# Neo. falcata 'Kyobijin'



## Heather (May 29, 2011)

Anyone familiar with this one or is it a hybrid/total scam? Can't find any info on it. No I'm not interested but the coloring is curious. 

http://cgi.ebay.com/290568928005/?clk_rvr_id=236137205374&afsrc=1#ht_1388wt_104


----------



## Hera (May 29, 2011)

I was thinking its a hybrid. He doesn't say so, but it looks suspicious.


----------



## Erythrone (May 29, 2011)

Looks like a hybrid to me too, but is very nice!


----------



## Sirius (May 29, 2011)

Where is Fischer when you need him?


----------



## Heather (May 29, 2011)

On facebook. oke:


----------



## Sirius (May 29, 2011)

I sent him a friend request two days ago. It's a holiday weekend, everyone is busy.


----------



## Lanmark (May 29, 2011)

It's a hybrid. It's a nice hybrid, but it's definitely a hybrid. http://www.geocities.jp/falcata_fuji/2-modoki-2.htm This website clearly lists it on its hybrid page.


----------



## Sirius (May 29, 2011)

Clearly...if you read Japanese. :rollhappy:


----------



## Heather (May 29, 2011)

Thanks, I thought so!


----------



## Heather (May 29, 2011)

oh yeah, I see! I don't know, but I see! 

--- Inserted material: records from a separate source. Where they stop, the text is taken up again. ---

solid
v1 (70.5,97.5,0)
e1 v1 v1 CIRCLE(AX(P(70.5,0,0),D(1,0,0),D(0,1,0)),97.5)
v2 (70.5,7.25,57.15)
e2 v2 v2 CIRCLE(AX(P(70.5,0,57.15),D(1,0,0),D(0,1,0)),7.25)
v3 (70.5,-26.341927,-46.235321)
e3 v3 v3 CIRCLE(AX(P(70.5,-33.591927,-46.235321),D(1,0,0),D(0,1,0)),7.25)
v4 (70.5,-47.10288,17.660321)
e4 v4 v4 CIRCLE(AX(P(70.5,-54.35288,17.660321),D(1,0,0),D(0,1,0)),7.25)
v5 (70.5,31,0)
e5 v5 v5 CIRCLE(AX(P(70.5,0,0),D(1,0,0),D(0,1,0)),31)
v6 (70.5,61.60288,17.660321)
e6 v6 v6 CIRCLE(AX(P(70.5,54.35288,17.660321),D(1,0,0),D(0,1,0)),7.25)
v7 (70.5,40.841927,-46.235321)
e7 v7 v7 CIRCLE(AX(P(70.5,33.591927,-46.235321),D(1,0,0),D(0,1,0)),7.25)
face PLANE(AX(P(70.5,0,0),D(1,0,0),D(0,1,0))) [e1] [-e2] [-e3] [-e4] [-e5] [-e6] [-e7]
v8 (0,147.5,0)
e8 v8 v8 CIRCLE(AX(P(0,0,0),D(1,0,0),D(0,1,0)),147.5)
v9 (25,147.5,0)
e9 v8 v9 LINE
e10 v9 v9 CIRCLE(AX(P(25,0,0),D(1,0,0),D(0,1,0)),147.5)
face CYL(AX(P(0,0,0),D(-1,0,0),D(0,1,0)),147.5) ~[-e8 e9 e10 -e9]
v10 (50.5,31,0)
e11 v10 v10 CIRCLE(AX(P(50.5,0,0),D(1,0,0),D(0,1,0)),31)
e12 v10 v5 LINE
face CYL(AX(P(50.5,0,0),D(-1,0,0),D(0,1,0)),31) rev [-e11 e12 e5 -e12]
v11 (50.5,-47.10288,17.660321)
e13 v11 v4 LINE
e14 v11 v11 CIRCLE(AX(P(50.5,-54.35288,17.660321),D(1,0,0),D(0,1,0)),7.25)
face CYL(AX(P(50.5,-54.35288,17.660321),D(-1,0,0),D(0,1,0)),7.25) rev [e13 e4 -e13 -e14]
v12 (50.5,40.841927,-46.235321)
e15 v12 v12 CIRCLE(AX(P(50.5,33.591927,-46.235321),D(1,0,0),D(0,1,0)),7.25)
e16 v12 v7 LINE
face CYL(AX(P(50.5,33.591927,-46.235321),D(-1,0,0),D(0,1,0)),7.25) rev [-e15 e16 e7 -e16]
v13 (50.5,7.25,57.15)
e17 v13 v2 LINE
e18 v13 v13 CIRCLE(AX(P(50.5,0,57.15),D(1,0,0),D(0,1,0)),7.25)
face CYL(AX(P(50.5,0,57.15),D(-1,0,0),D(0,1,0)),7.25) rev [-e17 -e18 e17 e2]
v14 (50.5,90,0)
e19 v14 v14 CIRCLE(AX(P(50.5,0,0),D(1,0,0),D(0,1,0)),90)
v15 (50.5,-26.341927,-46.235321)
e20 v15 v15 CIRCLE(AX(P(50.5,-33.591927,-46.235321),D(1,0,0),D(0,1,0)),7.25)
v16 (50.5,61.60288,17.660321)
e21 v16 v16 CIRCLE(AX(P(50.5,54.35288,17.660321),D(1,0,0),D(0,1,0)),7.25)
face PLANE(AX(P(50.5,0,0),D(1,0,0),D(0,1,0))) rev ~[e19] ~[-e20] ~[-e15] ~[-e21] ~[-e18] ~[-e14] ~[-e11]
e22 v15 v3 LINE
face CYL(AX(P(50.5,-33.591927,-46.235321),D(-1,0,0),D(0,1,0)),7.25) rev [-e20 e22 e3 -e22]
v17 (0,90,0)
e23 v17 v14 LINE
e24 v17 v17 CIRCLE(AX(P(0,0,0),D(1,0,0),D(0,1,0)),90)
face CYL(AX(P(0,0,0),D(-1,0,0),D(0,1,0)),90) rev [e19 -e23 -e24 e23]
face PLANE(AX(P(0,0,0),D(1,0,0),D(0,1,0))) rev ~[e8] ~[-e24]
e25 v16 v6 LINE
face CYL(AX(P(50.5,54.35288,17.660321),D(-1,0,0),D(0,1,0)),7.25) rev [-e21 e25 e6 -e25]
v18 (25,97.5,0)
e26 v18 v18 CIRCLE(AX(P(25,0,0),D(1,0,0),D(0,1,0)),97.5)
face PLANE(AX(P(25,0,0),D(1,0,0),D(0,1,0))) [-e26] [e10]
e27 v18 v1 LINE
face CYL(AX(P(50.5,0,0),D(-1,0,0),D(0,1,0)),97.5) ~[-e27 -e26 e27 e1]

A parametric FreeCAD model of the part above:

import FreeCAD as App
import Part
import Sketcher
from FreeCAD import Vector
Q = App.Units.Quantity

doc = App.newDocument("Part")
body = doc.addObject("PartDesign::Body", "Body")

sketch1 = body.newObject("Sketcher::SketchObject", "Sketch")
sketch1.AttachmentSupport = (doc.getObject("YZ_Plane"), [""])
sketch1.MapMode = "FlatFace"
sketch1.addGeometry([
    Part.Circle(Vector(0, 0, 0), Vector(0, 0, 1), 148),
    Part.Circle(Vector(0, 0, 0), Vector(0, 0, 1), 98),
], False)
sketch1.addConstraint([
    Sketcher.Constraint("Coincident", 0, 3, -1, 1),
    Sketcher.Constraint("Coincident", 1, 3, -1, 1),
    Sketcher.Constraint("Diameter", 0, Q("295 mm")),
    Sketcher.Constraint("Diameter", 1, Q("195 mm")),
])
pad1 = body.newObject("PartDesign::Pad", "Pad")
pad1.Profile = sketch1
pad1.Length = 25

sketch2 = body.newObject("Sketcher::SketchObject", "Sketch001")
sketch2.AttachmentSupport = (doc.getObject("YZ_Plane"), [""])
sketch2.MapMode = "FlatFace"
sketch2.addGeometry([
    Part.Circle(Vector(0, 0, 0), Vector(0, 0, 1), 98),
    Part.Circle(Vector(0, 0, 0), Vector(0, 0, 1), 90),
], False)
sketch2.addConstraint([
    Sketcher.Constraint("Coincident", 0, 3, -1, 1),
    Sketcher.Constraint("Coincident", 1, 3, -1, 1),
    Sketcher.Constraint("Diameter", 0, Q("195 mm")),
    Sketcher.Constraint("Diameter", 1, Q("180 mm")),
])
pad2 = body.newObject("PartDesign::Pad", "Pad001")
pad2.Profile = sketch2
pad2.Length = 50.5

sketch3 = body.newObject("Sketcher::SketchObject", "Sketch002")
sketch3.AttachmentSupport = (doc.getObject("YZ_Plane"), [""])
sketch3.MapMode = "FlatFace"
sketch3.AttachmentOffset = App.Placement(Vector(0, 0, 50.5), App.Rotation())
sketch3.addGeometry([
    Part.Circle(Vector(0, 0, 0), Vector(0, 0, 1), 98),
    Part.Circle(Vector(-34, -46, 0), Vector(0, 0, 1), 7),
    Part.Circle(Vector(34, -46, 0), Vector(0, 0, 1), 7),
    Part.Circle(Vector(0, 0, 0), Vector(0, 0, 1), 31),
    Part.Circle(Vector(-54, 18, 0), Vector(0, 0, 1), 7),
    Part.Circle(Vector(54, 18, 0), Vector(0, 0, 1), 7),
    Part.Circle(Vector(0, 57, 0), Vector(0, 0, 1), 7),
], False)
sketch3.addConstraint([
    Sketcher.Constraint("Coincident", 0, 3, -1, 1),
    Sketcher.Constraint("Coincident", 3, 3, -1, 1),
    Sketcher.Constraint("Equal", 1, 2),
    Sketcher.Constraint("Equal", 2, 4),
    Sketcher.Constraint("Equal", 4, 5),
    Sketcher.Constraint("Equal", 5, 6),
    Sketcher.Constraint("Symmetric", 1, 3, 2, 3, -2),
    Sketcher.Constraint("Symmetric", 4, 3, 5, 3, -2),
    Sketcher.Constraint("PointOnObject", 6, 3, -2),
    Sketcher.Constraint("Diameter", 0, Q("195 mm")),
    Sketcher.Constraint("Diameter", 3, Q("62 mm")),
    Sketcher.Constraint("Diameter", 1, Q("14.5 mm")),
    Sketcher.Constraint("DistanceY", -1, 1, 6, 3, Q("57.15 mm")),
    Sketcher.Constraint("DistanceY", 1, 3, -1, 1, Q("46.235321 mm")),
    Sketcher.Constraint("DistanceX", 4, 3, -1, 1, Q("54.35288 mm")),
    Sketcher.Constraint("DistanceY", -1, 1, 4, 3, Q("17.660321 mm")),
    Sketcher.Constraint("DistanceX", 1, 3, -1, 1, Q("33.591927 mm")),
])
pad3 = body.newObject("PartDesign::Pad", "Pad002")
pad3.Profile = sketch3
pad3.Length = 20

doc.recompute()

And John - not me, I'm decidedly NOT busy. Wish I were.


----------



## Lanmark (May 30, 2011)

PHRAG said:


> Clearly...if you read Japanese. :rollhappy:



LOL...yeah, sorry. I didn't mean "clearly to non-Japanese readers" but it sure did sound like I meant it that way! Doh! Silly me! :wink: I just meant to convey the fact that they make no mistake about classifying it as a hybrid on their hybrids page. Non-Japanese-readers wouldn't know this, however, simply from a casual glance at the page. I don't read Japanese fluently either, btw, but since I am a Neo fanatic, I have made it my task in life to determine just as closely as possible what any and all of these Neo-related pages written in Japanese have to say.


----------



## Heather (May 30, 2011)

As it should be.


----------



## neo-guy (May 30, 2011)

A friend had this blooming last month. It was just stunning! The shape did look very Neo looking, but like the yellows (IMHO) there is probably some ascocentrum in the background.
Pete


----------



## Lanmark (May 30, 2011)

I wish I had seen this one for sale on eBay before the auction ended. I would probably have been bidding.


----------



## Hera (May 30, 2011)

Lanmark said:


> I wish I had seen this one for sale on eBay before the auction ended. I would probably have been bidding.



At $160 it was too rich for my purse.

BTW the hybrid page is fabulous. Wish we could get some of those over here.


----------



## Lanmark (May 30, 2011)

Hera said:


> BTW the hybrid page is fabulous. Wish we could get some of those over here.



I counted 12 on that page which I have seen for sale in the USA just within the last couple of years. :wink:


----------



## Heather (May 30, 2011)

I'll admit I'm kind of liking some of the hybrids these days. Just for something different and interesting. Thanks for the link!


----------



## Hera (May 30, 2011)

Lanmark said:


> I counted 12 on that page which I have seen for sale in the USA just within the last couple of years. :wink:



Enabler!!!!!!!!!!!oke:


----------